BEGIN Data shown
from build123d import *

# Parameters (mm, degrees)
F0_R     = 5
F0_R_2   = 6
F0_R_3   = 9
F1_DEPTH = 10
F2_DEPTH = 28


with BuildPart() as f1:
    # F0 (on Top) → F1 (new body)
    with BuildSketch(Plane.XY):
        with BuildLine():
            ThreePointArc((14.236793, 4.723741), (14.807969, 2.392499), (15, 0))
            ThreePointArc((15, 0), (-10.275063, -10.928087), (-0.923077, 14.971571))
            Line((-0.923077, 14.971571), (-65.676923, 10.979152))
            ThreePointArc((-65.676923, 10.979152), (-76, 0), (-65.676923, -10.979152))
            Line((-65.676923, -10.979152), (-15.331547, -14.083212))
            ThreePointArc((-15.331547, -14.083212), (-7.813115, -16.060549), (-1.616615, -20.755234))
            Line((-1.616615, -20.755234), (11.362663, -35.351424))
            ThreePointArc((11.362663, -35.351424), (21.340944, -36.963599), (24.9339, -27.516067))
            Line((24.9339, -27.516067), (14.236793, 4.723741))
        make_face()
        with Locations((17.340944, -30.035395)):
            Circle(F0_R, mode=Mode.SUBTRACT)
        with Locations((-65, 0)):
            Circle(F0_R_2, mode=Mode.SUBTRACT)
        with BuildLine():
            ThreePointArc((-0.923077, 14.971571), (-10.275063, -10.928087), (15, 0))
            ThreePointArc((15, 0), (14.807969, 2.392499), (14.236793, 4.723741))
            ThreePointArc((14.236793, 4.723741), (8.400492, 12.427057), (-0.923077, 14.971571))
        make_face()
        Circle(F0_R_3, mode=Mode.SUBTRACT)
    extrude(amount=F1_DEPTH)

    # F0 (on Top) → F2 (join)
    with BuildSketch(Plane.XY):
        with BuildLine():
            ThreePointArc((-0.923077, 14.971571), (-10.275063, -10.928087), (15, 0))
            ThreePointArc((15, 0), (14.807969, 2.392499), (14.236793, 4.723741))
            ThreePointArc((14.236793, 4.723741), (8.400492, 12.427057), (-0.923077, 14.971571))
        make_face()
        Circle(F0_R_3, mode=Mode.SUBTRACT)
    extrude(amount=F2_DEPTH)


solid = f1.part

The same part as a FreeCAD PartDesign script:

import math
import FreeCAD as App
import Part
import Sketcher
from FreeCAD import Vector
Q = App.Units.Quantity

doc = App.newDocument("Part")
body = doc.addObject("PartDesign::Body", "Body")

sketch1 = body.newObject("Sketcher::SketchObject", "Sketch")
sketch1.AttachmentSupport = (doc.getObject("XY_Plane"), [""])
sketch1.MapMode = "FlatFace"
sketch1.addGeometry(Part.LineSegment(Vector(25, -28, 0), Vector(14, 5, 0)), False)
sketch1.addGeometry(Part.ArcOfCircle(Part.Circle(Vector(0, 0, 0), Vector(0, 0, 1), 15), math.radians(18), math.radians(94)), False)
sketch1.addGeometry(Part.LineSegment(Vector(-1, 15, 0), Vector(-66, 11, 0)), False)
sketch1.addGeometry(Part.ArcOfCircle(Part.Circle(Vector(-65, 0, 0), Vector(0, 0, 1), 11), math.radians(94), math.radians(266)), False)
sketch1.addGeometry(Part.LineSegment(Vector(-66, -11, 0), Vector(-15, -14, 0)), False)
sketch1.addGeometry(Part.ArcOfCircle(Part.Circle(Vector(-17, -34, 0), Vector(0, 0, 1), 20), math.radians(42), math.radians(86)), False)
sketch1.addGeometry(Part.LineSegment(Vector(-2, -21, 0), Vector(11, -35, 0)), False)
sketch1.addGeometry(Part.ArcOfCircle(Part.Circle(Vector(17, -30, 0), Vector(0, 0, 1), 8), math.radians(-138), math.radians(18)), False)
sketch1.addGeometry(Part.Circle(Vector(17, -30, 0), Vector(0, 0, 1), 5), False)
sketch1.addGeometry(Part.Circle(Vector(-65, 0, 0), Vector(0, 0, 1), 6), False)
sketch1.addGeometry(Part.Circle(Vector(0, 0, 0), Vector(0, 0, 1), 9), False)
sketch1.addConstraint(Sketcher.Constraint("Tangent", 0, 2, 1, 1))
sketch1.addConstraint(Sketcher.Constraint("Tangent", 1, 2, 2, 1))
sketch1.addConstraint(Sketcher.Constraint("Tangent", 2, 2, 3, 1))
sketch1.addConstraint(Sketcher.Constraint("Tangent", 3, 2, 4, 1))
sketch1.addConstraint(Sketcher.Constraint("Tangent", 4, 2, 5, 2))
sketch1.addConstraint(Sketcher.Constraint("Tangent", 5, 1, 6, 1))
sketch1.addConstraint(Sketcher.Constraint("Tangent", 6, 2, 7, 1))
sketch1.addConstraint(Sketcher.Constraint("Tangent", 7, 2, 0, 1))
sketch1.addConstraint(Sketcher.Constraint("Coincident", 1, 3, -1, 1))
sketch1.addConstraint(Sketcher.Constraint("Coincident", 10, 3, -1, 1))
sketch1.addConstraint(Sketcher.Constraint("Coincident", 8, 3, 7, 3))
sketch1.addConstraint(Sketcher.Constraint("Coincident", 9, 3, 3, 3))
sketch1.addConstraint(Sketcher.Constraint("Symmetric", 2, 2, 3, 2, -1))
sketch1.addConstraint(Sketcher.Constraint("Diameter", 8, Q("10 mm")))
sketch1.addConstraint(Sketcher.Constraint("Diameter", 9, Q("12 mm")))
sketch1.addConstraint(Sketcher.Constraint("Diameter", 10, Q("18 mm")))
sketch1.addConstraint(Sketcher.Constraint("Radius", 1, Q("15 mm")))
sketch1.addConstraint(Sketcher.Constraint("Radius", 3, Q("11 mm")))
sketch1.addConstraint(Sketcher.Constraint("Radius", 7, Q("8 mm")))
sketch1.addConstraint(Sketcher.Constraint("DistanceX", 3, 3, -1, 1, Q("65 mm")))
sketch1.addConstraint(Sketcher.Constraint("Radius", 5, Q("19.999996 mm")))
sketch1.addConstraint(Sketcher.Constraint("DistanceX", -1, 1, 7, 2, Q("24.9339 mm")))
sketch1.addConstraint(Sketcher.Constraint("DistanceX", 5, 3, 5, 1, Q("14.945699 mm")))
sketch1.addConstraint(Sketcher.Constraint("Distance", 6, Q("19.532292 mm")))
pad1 = body.newObject("PartDesign::Pad", "Pad")
pad1.Profile = sketch1
pad1.Length = 10

sketch2 = body.newObject("Sketcher::SketchObject", "Sketch001")
sketch2.AttachmentSupport = (doc.getObject("XY_Plane"), [""])
sketch2.MapMode = "FlatFace"
sketch2.addGeometry(Part.ArcOfCircle(Part.Circle(Vector(0, 0, 0), Vector(0, 0, 1), 15), math.radians(94), math.radians(360)), False)
sketch2.addGeometry(Part.ArcOfCircle(Part.Circle(Vector(0, 0, 0), Vector(0, 0, 1), 15), math.radians(0), math.radians(18.36)), False)
sketch2.addGeometry(Part.ArcOfCircle(Part.Circle(Vector(0, 0, 0), Vector(0, 0, 1), 15), math.radians(18), math.radians(94)), False)
sketch2.addGeometry(Part.Circle(Vector(0, 0, 0), Vector(0, 0, 1), 9), False)
sketch2.addConstraint(Sketcher.Constraint("Tangent", 0, 2, 1, 1))
sketch2.addConstraint(Sketcher.Constraint("Tangent", 1, 2, 2, 1))
sketch2.addConstraint(Sketcher.Constraint("Tangent", 2, 2, 0, 1))
sketch2.addConstraint(Sketcher.Constraint("Coincident", 0, 3, -1, 1))
sketch2.addConstraint(Sketcher.Constraint("Coincident", 3, 3, -1, 1))
sketch2.addConstraint(Sketcher.Constraint("PointOnObject", 0, 2, -1))
sketch2.addConstraint(Sketcher.Constraint("Diameter", 3, Q("18 mm")))
sketch2.addConstraint(Sketcher.Constraint("Radius", 0, Q("15 mm")))
sketch2.addConstraint(Sketcher.Constraint("DistanceY", -1, 1, 1, 2, Q("4.723741 mm")))
sketch2.addConstraint(Sketcher.Constraint("DistanceY", -1, 1, 2, 2, Q("14.971571 mm")))
pad2 = body.newObject("PartDesign::Pad", "Pad001")
pad2.Profile = sketch2
pad2.Length = 28

doc.recompute()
END Data shown
Your assignment:
For the string "SUBTRACT", filter the data and copy out each line where it occurs.

Exercise response:
            Circle(F0_R, mode=Mode.SUBTRACT)
            Circle(F0_R_2, mode=Mode.SUBTRACT)
        Circle(F0_R_3, mode=Mode.SUBTRACT)
        Circle(F0_R_3, mode=Mode.SUBTRACT)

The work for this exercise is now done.